Johannesburg Book Fair On The Doorstep!

JOHANNESBURG – With a bigger and more accessible venue, the second Jozi Book Fair will be taking place from 7 – 9 August in Museum Africa in Newtown. Small and independent publishers, NGOs and community organisations from South and Southern Africa are invited to exhibit at the Jozi Book Fair 2010. Registrations open on the 1st March and closes on the 19th of June 2010.

Jozi Book Fair was established by Khanya College as a response to a decline in progressive writing and publishing in South Africa in the past 20 years. Jozi Book Fair is committed to developing a robust and sustainable culture of reading in South Africa and engages with various reading circles, libraries, readers, writers and publishers in an effort to help develop and grow literacy and a culture of reading and more importantly, writing in South Africa.

The culture of reading in South Africa is in crisis. Homes and schools are mostly deserts of reading matter. Public libraries are thin on the ground and poorly supported. Books and paper are expensive and beyond the reach of the majority of South Africans. Few communities have

bookshops. Few teachers understand their roles as instructors, practitioners and promoters of reading. Even South Africans with advantaged backgrounds tend to aliteracy (they can read, but don’t). Social contexts are often hostile to reading.

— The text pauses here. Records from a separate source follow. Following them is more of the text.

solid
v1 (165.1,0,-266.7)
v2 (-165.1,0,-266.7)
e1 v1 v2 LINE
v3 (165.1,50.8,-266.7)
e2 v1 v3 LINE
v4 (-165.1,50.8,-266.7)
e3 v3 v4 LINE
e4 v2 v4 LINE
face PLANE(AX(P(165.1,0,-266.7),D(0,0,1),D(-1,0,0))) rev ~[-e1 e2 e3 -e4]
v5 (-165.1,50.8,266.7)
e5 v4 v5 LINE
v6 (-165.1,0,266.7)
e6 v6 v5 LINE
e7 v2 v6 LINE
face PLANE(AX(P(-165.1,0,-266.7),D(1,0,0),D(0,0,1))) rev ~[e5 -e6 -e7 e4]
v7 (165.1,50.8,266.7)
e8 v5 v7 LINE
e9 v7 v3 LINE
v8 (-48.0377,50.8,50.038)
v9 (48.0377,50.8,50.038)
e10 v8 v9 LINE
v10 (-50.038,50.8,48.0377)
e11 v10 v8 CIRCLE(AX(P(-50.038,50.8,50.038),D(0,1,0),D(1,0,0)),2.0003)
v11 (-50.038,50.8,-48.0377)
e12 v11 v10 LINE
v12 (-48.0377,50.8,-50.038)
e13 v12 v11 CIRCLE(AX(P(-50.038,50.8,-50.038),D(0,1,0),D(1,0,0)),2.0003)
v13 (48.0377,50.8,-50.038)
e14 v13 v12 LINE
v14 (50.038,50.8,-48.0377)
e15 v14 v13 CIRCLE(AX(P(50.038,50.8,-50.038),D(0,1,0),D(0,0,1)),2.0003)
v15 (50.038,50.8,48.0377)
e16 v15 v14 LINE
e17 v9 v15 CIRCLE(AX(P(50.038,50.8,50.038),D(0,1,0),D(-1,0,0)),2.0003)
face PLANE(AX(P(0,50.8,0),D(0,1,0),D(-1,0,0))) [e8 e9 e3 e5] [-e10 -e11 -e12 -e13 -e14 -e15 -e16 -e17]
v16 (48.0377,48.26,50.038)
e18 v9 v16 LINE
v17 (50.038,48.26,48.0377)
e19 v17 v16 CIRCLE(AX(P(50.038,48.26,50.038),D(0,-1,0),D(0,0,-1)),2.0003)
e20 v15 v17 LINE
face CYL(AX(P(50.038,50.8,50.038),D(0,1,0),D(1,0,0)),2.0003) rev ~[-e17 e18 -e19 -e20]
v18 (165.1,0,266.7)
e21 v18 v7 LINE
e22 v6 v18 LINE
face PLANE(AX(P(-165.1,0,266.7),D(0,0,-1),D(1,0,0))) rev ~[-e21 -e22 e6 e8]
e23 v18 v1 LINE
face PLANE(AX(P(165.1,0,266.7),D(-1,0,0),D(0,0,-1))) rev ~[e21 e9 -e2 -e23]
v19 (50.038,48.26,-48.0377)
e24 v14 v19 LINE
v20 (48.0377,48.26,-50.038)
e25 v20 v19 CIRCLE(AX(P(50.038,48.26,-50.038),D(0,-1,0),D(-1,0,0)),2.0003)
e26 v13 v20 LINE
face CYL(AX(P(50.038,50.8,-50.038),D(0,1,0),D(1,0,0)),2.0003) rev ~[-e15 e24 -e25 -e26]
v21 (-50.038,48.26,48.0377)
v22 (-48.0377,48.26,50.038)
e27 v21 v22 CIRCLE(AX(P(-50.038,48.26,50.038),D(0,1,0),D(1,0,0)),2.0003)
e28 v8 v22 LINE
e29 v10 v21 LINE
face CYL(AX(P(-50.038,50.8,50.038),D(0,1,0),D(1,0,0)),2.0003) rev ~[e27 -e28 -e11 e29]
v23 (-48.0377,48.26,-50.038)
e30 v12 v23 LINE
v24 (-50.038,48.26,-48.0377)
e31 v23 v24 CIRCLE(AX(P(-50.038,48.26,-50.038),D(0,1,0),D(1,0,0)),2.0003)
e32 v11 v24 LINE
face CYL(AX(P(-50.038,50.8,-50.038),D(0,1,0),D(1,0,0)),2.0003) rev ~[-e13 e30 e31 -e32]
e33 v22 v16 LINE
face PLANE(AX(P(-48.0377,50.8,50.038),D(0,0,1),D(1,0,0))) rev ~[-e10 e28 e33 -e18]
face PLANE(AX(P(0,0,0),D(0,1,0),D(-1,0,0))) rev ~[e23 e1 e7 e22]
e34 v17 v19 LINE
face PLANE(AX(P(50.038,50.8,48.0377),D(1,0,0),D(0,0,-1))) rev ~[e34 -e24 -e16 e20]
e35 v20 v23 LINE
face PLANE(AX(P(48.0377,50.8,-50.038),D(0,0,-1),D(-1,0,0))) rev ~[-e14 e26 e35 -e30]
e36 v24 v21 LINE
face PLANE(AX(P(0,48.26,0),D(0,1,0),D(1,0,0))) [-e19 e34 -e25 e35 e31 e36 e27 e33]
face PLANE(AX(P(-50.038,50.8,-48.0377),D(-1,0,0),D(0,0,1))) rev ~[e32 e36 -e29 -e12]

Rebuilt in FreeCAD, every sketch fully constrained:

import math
import FreeCAD as App
import Part
import Sketcher

V = App.Vector
Q = App.Units.Quantity


def add_polygon(sketch, points):
    """Adds a closed chain of lines whose ends are joined by coincident constraints."""
    first, n = sketch.GeometryCount, len(points)
    for a, b in zip(points, points[1:] + points[:1]):
        sketch.addGeometry(Part.LineSegment(App.Vector(*a, 0), App.Vector(*b, 0)), False)
    for i in range(n):
        sketch.addConstraint(Sketcher.Constraint("Coincident", first + i, 2, first + (i + 1) % n, 1))

doc = App.newDocument("Part")
body = doc.addObject("PartDesign::Body", "Body")

# Sketch on XZ plane
sketch1 = doc.addObject("Sketcher::SketchObject", "Sketch")
body.addObject(sketch1)
sketch1.AttachmentSupport = (doc.XZ_Plane, [""])
sketch1.MapMode = "FlatFace"
add_polygon(sketch1, [(-165, -267), (-165, 267), (165, 267), (165, -267)])  # lines 0-3
sketch1.addConstraint([
    Sketcher.Constraint("Vertical", 0),
    Sketcher.Constraint("Horizontal", 1),
    Sketcher.Constraint("Vertical", 2),
    Sketcher.Constraint("Horizontal", 3),
    Sketcher.Constraint("Symmetric", 0, 2, 2, 2, -1, 1),
    Sketcher.Constraint("DistanceX", 1, 1, 1, 2, Q("13 in")),
    Sketcher.Constraint("DistanceY", 0, 1, 0, 2, Q("21 in")),
])
pad1 = doc.addObject("PartDesign::Pad", "Pad")
body.addObject(pad1)
pad1.Profile = sketch1
pad1.Length = Q("2 in")
pad1.Reversed = True

# Sketch on XZ plane
sketch2 = doc.addObject("Sketcher::SketchObject", "Sketch001")
body.addObject(sketch2)
sketch2.AttachmentSupport = (doc.XZ_Plane, [""])
sketch2.MapMode = "FlatFace"
sketch2.AttachmentOffset = App.Placement(V(0, 0, -2 * 25.4), App.Rotation())
sketch2.addGeometry([
    Part.ArcOfCircle(Part.Circle(V(-50, 50, 0), V(0, 0, 1), 2), math.radians(0), math.radians(270)),  # 0
    Part.LineSegment(V(-48, 50, 0), V(48, 50, 0)),  # 1
    Part.ArcOfCircle(Part.Circle(V(50, 50, 0), V(0, 0, 1), 2), math.radians(-90), math.radians(180)),  # 2
    Part.LineSegment(V(50, 48, 0), V(50, -48, 0)),  # 3
    Part.ArcOfCircle(Part.Circle(V(50, -50, 0), V(0, 0, 1), 2), math.radians(180), math.radians(450)),  # 4
    Part.LineSegment(V(48, -50, 0), V(-48, -50, 0)),  # 5
    Part.ArcOfCircle(Part.Circle(V(-50, -50, 0), V(0, 0, 1), 2), math.radians(90), math.radians(360)),  # 6
    Part.LineSegment(V(-50, -48, 0), V(-50, 48, 0)),  # 7
], False)
sketch2.addConstraint([
    Sketcher.Constraint("Coincident", 0, 1, 1, 1),
    Sketcher.Constraint("Coincident", 1, 2, 2, 2),
    Sketcher.Constraint("Coincident", 2, 1, 3, 1),
    Sketcher.Constraint("Coincident", 3, 2, 4, 2),
    Sketcher.Constraint("Coincident", 4, 1, 5, 1),
    Sketcher.Constraint("Coincident", 5, 2, 6, 2),
    Sketcher.Constraint("Coincident", 6, 1, 7, 1),
    Sketcher.Constraint("Coincident", 7, 2, 0, 2),
    Sketcher.Constraint("Horizontal", 1),
    Sketcher.Constraint("Vertical", 3),
    Sketcher.Constraint("Horizontal", 5),
    Sketcher.Constraint("Vertical", 7),
    Sketcher.Constraint("Equal", 0, 2),
    Sketcher.Constraint("Equal", 2, 4),
    Sketcher.Constraint("Equal", 4, 6),
    Sketcher.Constraint("Symmetric", 0, 3, 4, 3, -1, 1),
    Sketcher.Constraint("Symmetric", 2, 3, 6, 3, -1, 1),
    Sketcher.Constraint("Symmetric", 0, 3, 2, 3, -2),
    Sketcher.Constraint("Horizontal", 2, 3, 0, 1),
    Sketcher.Constraint("Horizontal", 6, 3, 4, 1),
    Sketcher.Constraint("Vertical", 4, 3, 2, 1),
    Sketcher.Constraint("Vertical", 0, 3, 6, 1),
    Sketcher.Constraint("Equal", 5, 3),
    Sketcher.Constraint("Radius", 0, 2.0003),
    Sketcher.Constraint("DistanceX", 0, 3, 2, 3, Q("3.94 in")),
])
pocket1 = doc.addObject("PartDesign::Pocket", "Pocket")
body.addObject(pocket1)
pocket1.Profile = sketch2
pocket1.Length = Q("0.1 in")
pocket1.Reversed = True

doc.recompute()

It is within this social context that small publishers and writers must struggle to operate, forcing them to not only be producers of books, but also to take on the role of literacy developers and activists in South Africa if they wish to have any kind of market for their publications.

On the 8th of August 2009 Jozi Book Fair debuted at Museum Africa in Newtown. With over 45 publishers exhibiting and 63 authors and speakers taking part in various roundtable discussions and events, the Fair set itself up as a vital and necessary intervention for small and alternative publishers in South Africa.

Commercial publishers can’t always justify the publication of books that would probably only have limited markets, especially in a country like South Africa where the book buying market is very small. A project such as the Jozi Book Fair makes possible the promotion of more marginal works, as well as the strategic networking between writers and publishers and distributors.

Jozi Book Fair has opened up entry points into publishing, and has created new opportunities for new and marginal voices. Even writers and small publishers who have not worked through the Book Fair, have been encouraged by it through various events and seminars that have been hosted by the Jozi Book Fair team since August.

Khanya College organiser of th book fair is an independent nongovernmental organisation based in Johannesburg, South Africa. Established in 1986, the primary aim of College is to assist various constituencies within working class and poor communities to respond to the challenges posed by the forces of economic and political organisation. Khanya College offers assistance through providing educational and training workshops, publications and research to organisations and individuals in these communities. Khanya College contributes to these challenges by emphasising solutions based on social solidarity, popular democracy and participation, organisation and mobilisation.